CRYSTAL STRUCTURE OF CARBOXYPEPTIDASE G2 AND COMPARISON WITH OTHER ZINC-CONTAINING EXOPEPTIDASES. Siân Rowsell1, Richard A. Pauptit2, Alec D. Tucker2, Peter Brick1, Lesley F. Lloyd1, Roger G. Melton3, David M. Blow1. 1Blackett Laboratory, Imperial College, London SW7 2BZ, UK, 2Protein Structure Laboratory, Zeneca Pharmaceuticals, Macclesfield, Cheshire, SK10 4TG, UK, 3Division of Biotechnology, PHLS Centre for Applied Microbiology and Research, Porton Down, Salisbury, SP4 0JG, UK
Enzymes of the carboxypeptidase G class hydrolyse the C-terminal glutamate moiety from folic acid and analogues such as methotrexate. Carboxypeptidase G2 (CPG2) is a zinc metalloenzyme produced by Pseudomonas sp. strain RS-16. There is no amino-acid sequence homology with other carboxypeptidases for which structural information is available.

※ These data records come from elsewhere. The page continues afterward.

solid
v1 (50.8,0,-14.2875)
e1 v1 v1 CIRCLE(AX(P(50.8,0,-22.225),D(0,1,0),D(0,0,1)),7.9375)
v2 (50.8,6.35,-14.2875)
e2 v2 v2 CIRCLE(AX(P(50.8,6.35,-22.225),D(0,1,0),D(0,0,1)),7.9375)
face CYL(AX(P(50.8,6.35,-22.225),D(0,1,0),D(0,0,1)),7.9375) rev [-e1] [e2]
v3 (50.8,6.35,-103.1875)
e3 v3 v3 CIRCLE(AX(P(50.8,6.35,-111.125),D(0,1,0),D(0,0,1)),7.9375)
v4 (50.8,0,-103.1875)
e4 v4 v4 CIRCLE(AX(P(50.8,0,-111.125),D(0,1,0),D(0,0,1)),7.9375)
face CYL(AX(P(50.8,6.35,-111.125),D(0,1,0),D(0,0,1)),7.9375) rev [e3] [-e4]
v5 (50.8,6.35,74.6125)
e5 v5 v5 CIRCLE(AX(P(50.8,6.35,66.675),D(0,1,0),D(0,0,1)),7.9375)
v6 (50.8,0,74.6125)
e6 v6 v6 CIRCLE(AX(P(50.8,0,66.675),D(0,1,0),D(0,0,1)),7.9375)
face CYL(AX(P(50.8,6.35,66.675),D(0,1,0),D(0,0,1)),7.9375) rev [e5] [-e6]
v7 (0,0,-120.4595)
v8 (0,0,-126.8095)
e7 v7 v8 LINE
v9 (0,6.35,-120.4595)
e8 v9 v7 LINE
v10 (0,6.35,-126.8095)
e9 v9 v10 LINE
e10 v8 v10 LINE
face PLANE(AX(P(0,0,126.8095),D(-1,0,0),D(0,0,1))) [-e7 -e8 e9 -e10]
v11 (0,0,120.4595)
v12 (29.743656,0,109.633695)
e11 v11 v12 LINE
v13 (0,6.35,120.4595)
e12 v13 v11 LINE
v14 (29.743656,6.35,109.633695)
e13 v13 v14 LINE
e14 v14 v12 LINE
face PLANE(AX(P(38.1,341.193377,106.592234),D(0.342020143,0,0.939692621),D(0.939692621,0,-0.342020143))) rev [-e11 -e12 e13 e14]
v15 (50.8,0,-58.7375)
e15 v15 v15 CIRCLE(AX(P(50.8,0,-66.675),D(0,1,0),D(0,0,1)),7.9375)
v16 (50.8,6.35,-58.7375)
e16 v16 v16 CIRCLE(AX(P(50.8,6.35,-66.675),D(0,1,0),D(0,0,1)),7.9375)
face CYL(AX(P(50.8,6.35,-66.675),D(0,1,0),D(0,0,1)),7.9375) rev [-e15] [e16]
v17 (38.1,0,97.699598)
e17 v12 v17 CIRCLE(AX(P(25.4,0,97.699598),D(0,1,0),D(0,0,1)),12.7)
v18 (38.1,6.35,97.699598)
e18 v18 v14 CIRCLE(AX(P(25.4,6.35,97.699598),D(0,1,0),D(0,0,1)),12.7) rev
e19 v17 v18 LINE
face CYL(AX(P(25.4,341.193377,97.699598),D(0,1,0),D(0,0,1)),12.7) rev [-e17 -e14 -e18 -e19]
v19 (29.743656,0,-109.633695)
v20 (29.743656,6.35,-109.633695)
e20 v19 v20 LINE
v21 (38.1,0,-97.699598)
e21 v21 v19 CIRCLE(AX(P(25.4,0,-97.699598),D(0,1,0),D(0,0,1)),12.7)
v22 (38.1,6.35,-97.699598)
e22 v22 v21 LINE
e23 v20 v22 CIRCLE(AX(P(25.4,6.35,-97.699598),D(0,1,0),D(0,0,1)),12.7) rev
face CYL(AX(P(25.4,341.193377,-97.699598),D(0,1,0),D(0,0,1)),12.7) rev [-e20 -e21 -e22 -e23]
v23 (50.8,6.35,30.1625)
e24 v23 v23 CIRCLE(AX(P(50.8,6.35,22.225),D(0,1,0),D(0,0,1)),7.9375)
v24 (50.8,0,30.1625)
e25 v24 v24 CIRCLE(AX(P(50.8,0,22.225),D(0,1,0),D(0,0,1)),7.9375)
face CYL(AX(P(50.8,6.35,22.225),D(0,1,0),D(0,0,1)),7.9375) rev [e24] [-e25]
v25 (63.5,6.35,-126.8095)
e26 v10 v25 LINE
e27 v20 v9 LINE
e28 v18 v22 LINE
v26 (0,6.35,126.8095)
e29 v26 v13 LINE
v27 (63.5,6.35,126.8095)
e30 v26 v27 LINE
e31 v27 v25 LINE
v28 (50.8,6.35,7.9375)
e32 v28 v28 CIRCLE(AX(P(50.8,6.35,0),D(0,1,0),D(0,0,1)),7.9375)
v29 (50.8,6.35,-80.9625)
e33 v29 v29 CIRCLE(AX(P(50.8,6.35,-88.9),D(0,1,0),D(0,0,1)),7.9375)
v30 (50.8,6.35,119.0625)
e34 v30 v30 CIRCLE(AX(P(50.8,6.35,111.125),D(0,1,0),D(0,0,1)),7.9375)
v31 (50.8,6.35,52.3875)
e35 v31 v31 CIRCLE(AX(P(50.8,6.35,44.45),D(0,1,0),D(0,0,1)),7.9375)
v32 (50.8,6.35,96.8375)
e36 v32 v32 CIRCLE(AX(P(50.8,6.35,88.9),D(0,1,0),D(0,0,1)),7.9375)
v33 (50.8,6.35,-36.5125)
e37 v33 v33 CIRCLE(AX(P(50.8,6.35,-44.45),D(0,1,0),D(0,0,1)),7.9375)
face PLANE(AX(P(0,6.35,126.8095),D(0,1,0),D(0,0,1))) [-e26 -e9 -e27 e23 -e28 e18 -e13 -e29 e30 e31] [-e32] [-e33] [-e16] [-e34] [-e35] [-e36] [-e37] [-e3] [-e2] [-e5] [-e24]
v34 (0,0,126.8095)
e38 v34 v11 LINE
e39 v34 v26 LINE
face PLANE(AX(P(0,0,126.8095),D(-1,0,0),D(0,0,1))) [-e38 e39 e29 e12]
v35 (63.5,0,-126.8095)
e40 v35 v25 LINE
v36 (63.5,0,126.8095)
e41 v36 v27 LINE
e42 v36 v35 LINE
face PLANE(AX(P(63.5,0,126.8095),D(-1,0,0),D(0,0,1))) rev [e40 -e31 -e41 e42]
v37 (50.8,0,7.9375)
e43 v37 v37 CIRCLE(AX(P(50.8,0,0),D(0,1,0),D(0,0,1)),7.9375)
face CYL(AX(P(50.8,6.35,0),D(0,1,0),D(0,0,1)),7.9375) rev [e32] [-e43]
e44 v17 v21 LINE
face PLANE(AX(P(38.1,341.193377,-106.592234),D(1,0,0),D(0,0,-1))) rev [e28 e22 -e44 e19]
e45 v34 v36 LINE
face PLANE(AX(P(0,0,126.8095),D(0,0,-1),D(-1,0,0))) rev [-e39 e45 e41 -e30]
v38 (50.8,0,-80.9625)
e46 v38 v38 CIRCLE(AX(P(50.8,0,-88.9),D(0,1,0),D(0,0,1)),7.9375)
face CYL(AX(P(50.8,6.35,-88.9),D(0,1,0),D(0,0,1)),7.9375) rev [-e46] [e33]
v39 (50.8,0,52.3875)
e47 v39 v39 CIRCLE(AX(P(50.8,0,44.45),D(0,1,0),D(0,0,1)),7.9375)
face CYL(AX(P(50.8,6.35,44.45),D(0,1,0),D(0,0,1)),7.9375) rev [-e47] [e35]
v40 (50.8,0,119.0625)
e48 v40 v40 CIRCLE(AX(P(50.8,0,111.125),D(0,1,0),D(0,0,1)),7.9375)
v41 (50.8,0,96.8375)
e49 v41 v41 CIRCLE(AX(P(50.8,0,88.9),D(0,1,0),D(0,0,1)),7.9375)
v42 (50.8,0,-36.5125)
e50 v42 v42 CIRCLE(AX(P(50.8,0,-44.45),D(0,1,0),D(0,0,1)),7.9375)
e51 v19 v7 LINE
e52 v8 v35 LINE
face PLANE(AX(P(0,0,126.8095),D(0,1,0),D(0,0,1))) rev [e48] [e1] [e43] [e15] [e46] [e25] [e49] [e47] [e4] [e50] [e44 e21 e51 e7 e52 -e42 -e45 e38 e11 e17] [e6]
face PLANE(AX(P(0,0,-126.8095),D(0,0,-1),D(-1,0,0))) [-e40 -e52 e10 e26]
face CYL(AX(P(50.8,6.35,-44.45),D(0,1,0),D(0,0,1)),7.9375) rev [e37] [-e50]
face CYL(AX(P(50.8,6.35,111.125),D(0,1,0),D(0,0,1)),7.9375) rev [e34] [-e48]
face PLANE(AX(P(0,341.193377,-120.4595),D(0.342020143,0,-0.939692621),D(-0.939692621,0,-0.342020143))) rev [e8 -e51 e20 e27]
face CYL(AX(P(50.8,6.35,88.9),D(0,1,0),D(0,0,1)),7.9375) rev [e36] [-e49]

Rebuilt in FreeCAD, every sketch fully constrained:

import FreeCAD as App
import Part
import Sketcher
Q = App.Units.Quantity


def edges_at(feature, points):
    """Names of the edges that pass closest to the given points."""
    edges = feature.Shape.Edges
    near = lambda p: min(range(len(edges)), key=lambda i: edges[i].distToShape(Part.Vertex(*p))[0])
    return sorted({f"Edge{near(p) + 1}" for p in points})


def add_polygon(sketch, points):
    """Adds a closed chain of lines whose ends are joined by coincident constraints."""
    first, n = sketch.GeometryCount, len(points)
    for a, b in zip(points, points[1:] + points[:1]):
        sketch.addGeometry(Part.LineSegment(App.Vector(*a, 0), App.Vector(*b, 0)), False)
    for i in range(n):
        sketch.addConstraint(Sketcher.Constraint("Coincident", first + i, 2, first + (i + 1) % n, 1))

doc = App.newDocument("Part")
body = doc.addObject("PartDesign::Body", "Body")

# Sketch on XY plane
sketch1 = body.newObject("Sketcher::SketchObject", "Sketch")
sketch1.AttachmentSupport = (doc.getObject("XY_Plane"), [""])
sketch1.MapMode = "FlatFace"
add_polygon(sketch1, [(0, 6.35), (0, 0), (63.5, 0), (63.5, 6.35)])  # lines 0-3
sketch1.addConstraint(Sketcher.Constraint("Vertical", 0))
sketch1.addConstraint(Sketcher.Constraint("Horizontal", 1))
sketch1.addConstraint(Sketcher.Constraint("Vertical", 2))
sketch1.addConstraint(Sketcher.Constraint("Horizontal", 3))
sketch1.addConstraint(Sketcher.Constraint("Coincident", 0, 2, -1, 1))
sketch1.addConstraint(Sketcher.Constraint("DistanceX", 1, 1, 1, 2, Q("2.5 in")))
sketch1.addConstraint(Sketcher.Constraint("DistanceY", 0, 2, 0, 1, Q("0.25 in")))
pad1 = body.newObject("PartDesign::Pad", "Pad")
pad1.Profile = sketch1
pad1.Length = Q("9.985 in")
pad1.Midplane = True

# Sketch on XZ plane
sketch2 = body.newObject("Sketcher::SketchObject", "Sketch001")
sketch2.AttachmentSupport = (doc.getObject("XZ_Plane"), [""])
sketch2.MapMode = "FlatFace"
sketch2.AttachmentOffset = App.Placement(App.Vector(0, 0, -0.25 * 25.4), App.Rotation())
add_polygon(sketch2, [(0, -120.4595), (-489.189691, -298.509986), (-1530.359282, -298.509986), (-1530.359282, 298.509986), (-489.189691, 298.509986), (0, 120.4595), (38.1, 106.592234), (38.1, -106.592234)])  # lines 0-7
sketch2.addConstraint(Sketcher.Constraint("Horizontal", 1))
sketch2.addConstraint(Sketcher.Constraint("Vertical", 2))
sketch2.addConstraint(Sketcher.Constraint("Horizontal", 3))
sketch2.addConstraint(Sketcher.Constraint("Vertical", 6))
sketch2.addConstraint(Sketcher.Constraint("Symmetric", 4, 2, 7, 2, -1, 1))
sketch2.addConstraint(Sketcher.Constraint("Symmetric", 0, 2, 3, 2, -1))
sketch2.addConstraint(Sketcher.Constraint("PointOnObject", 4, 2, -2))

Cancer therapies often rely on the plasma depletion of reduced folates which are essential cofactors in purine and pyrimidine biosynthesis. When coupled to antibodies which target the tumour cells, CPG2 is potentially useful in activating prodrugs at the tumour site. CPG2 may also be used to remove excess methotrexate from circulation in patients having prolonged treatments with this relatively toxic agent.
The crystal structure of CPG2 has been determined to 3.0 Å resolution by the technique of multiple isomorphous replacement. The current crystallographic R-factor is 21.9% for all reflections between 10.0 and 3.0 Å resolution.
The CPG2 molecule is a dimer composed of subunits of molecular mass 41,800 Da. The subunit consists of a catalytic domain, which contains a cocatalytic zinc site, and a second domain, which forms a dimer interface through hydrophobic interactions as well as through hydrogen bonding between two symmetry-related [[beta]]-strands. The catalytic domain has close structural similarity to several zinc-containing exopeptidases. The topology of the second domain is similar to several RNA-binding domains. A structural comparison between CPG2 and other zinc-containing exopeptidases suggests a remote divergent evolutionary relationship between these enzymes.